### Your assignment
Exactly as they appear, copy the lines from the start of the entries below to the line containing "Circle(SKETCH_1_R)", both ends included.

Stored data:
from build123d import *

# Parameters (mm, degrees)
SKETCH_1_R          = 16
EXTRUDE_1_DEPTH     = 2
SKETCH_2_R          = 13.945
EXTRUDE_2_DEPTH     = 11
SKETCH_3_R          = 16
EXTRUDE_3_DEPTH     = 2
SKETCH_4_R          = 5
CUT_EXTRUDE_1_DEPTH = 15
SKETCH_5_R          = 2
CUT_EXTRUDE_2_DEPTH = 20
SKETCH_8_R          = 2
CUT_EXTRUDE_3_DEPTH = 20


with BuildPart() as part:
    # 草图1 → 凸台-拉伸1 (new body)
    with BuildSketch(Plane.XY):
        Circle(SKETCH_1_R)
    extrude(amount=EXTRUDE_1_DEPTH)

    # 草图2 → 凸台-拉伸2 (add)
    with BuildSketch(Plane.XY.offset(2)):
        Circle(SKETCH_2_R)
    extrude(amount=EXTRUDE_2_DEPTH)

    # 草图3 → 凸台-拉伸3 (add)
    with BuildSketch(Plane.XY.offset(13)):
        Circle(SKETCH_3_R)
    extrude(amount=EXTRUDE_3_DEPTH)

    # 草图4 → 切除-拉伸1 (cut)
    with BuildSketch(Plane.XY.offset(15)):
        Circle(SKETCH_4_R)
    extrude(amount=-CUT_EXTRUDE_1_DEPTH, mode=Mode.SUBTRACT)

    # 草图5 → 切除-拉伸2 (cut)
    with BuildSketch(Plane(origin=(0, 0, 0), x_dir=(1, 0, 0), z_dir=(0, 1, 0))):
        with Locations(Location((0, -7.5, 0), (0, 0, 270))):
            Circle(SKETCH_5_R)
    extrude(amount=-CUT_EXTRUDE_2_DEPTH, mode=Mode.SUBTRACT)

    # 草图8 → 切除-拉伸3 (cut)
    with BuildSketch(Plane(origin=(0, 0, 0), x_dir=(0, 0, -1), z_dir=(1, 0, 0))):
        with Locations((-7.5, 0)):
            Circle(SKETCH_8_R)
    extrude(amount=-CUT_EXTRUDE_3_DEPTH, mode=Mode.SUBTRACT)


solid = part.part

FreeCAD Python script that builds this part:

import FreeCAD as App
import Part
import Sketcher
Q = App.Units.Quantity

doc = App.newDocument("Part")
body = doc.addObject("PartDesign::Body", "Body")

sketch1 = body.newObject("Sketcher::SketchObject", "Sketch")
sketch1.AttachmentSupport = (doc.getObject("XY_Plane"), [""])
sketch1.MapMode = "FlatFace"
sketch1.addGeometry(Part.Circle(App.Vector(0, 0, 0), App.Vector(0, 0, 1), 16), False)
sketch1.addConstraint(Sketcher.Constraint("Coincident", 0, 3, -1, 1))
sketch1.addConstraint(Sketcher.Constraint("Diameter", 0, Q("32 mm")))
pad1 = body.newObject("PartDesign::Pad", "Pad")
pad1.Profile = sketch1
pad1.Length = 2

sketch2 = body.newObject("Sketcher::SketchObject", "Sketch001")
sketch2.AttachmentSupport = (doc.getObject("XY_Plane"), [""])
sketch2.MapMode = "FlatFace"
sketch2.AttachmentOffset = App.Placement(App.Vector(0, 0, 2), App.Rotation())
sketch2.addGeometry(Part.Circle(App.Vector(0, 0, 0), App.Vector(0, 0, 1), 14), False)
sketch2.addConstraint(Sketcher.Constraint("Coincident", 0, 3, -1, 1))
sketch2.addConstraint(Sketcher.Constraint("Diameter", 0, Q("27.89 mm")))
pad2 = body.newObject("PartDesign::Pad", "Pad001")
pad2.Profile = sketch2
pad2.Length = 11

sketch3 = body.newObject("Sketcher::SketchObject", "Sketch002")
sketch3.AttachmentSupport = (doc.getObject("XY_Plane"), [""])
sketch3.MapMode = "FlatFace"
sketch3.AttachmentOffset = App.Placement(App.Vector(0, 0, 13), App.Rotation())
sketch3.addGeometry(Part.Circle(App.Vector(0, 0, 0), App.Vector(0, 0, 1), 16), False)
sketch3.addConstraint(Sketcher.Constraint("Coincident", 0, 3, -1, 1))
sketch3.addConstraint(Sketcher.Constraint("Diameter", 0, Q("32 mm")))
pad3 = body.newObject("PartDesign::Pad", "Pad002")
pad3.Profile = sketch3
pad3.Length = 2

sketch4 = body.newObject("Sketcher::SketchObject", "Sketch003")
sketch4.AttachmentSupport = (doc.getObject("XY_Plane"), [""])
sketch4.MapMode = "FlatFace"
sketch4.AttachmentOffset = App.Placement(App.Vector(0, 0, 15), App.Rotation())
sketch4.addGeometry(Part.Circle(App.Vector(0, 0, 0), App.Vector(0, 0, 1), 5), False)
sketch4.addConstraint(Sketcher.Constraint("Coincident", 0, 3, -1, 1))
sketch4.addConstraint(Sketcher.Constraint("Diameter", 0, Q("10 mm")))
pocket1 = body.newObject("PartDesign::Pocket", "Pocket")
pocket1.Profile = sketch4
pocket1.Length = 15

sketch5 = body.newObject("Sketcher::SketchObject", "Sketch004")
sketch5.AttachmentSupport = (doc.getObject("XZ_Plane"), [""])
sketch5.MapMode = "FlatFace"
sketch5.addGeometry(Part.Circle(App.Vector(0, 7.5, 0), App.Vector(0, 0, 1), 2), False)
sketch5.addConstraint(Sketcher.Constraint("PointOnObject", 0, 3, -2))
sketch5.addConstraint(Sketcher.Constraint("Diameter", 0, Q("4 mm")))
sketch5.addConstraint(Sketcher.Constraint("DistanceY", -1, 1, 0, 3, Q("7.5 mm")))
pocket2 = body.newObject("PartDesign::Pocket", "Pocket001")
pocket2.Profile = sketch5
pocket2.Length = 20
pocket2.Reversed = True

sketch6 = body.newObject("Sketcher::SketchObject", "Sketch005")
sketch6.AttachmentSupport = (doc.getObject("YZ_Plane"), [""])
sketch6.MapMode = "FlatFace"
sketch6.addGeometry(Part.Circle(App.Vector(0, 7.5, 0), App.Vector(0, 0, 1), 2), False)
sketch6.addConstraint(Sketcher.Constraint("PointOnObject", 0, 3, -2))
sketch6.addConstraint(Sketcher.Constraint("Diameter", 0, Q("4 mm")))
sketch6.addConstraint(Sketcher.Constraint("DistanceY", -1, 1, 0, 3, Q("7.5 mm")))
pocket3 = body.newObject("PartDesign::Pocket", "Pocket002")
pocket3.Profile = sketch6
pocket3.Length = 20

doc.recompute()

### Result of the exercise
from build123d import *

# Parameters (mm, degrees)
SKETCH_1_R          = 16
EXTRUDE_1_DEPTH     = 2
SKETCH_2_R          = 13.945
EXTRUDE_2_DEPTH     = 11
SKETCH_3_R          = 16
EXTRUDE_3_DEPTH     = 2
SKETCH_4_R          = 5
CUT_EXTRUDE_1_DEPTH = 15
SKETCH_5_R          = 2
CUT_EXTRUDE_2_DEPTH = 20
SKETCH_8_R          = 2
CUT_EXTRUDE_3_DEPTH = 20


with BuildPart() as part:
    # 草图1 → 凸台-拉伸1 (new body)
    with BuildSketch(Plane.XY):
        Circle(SKETCH_1_R)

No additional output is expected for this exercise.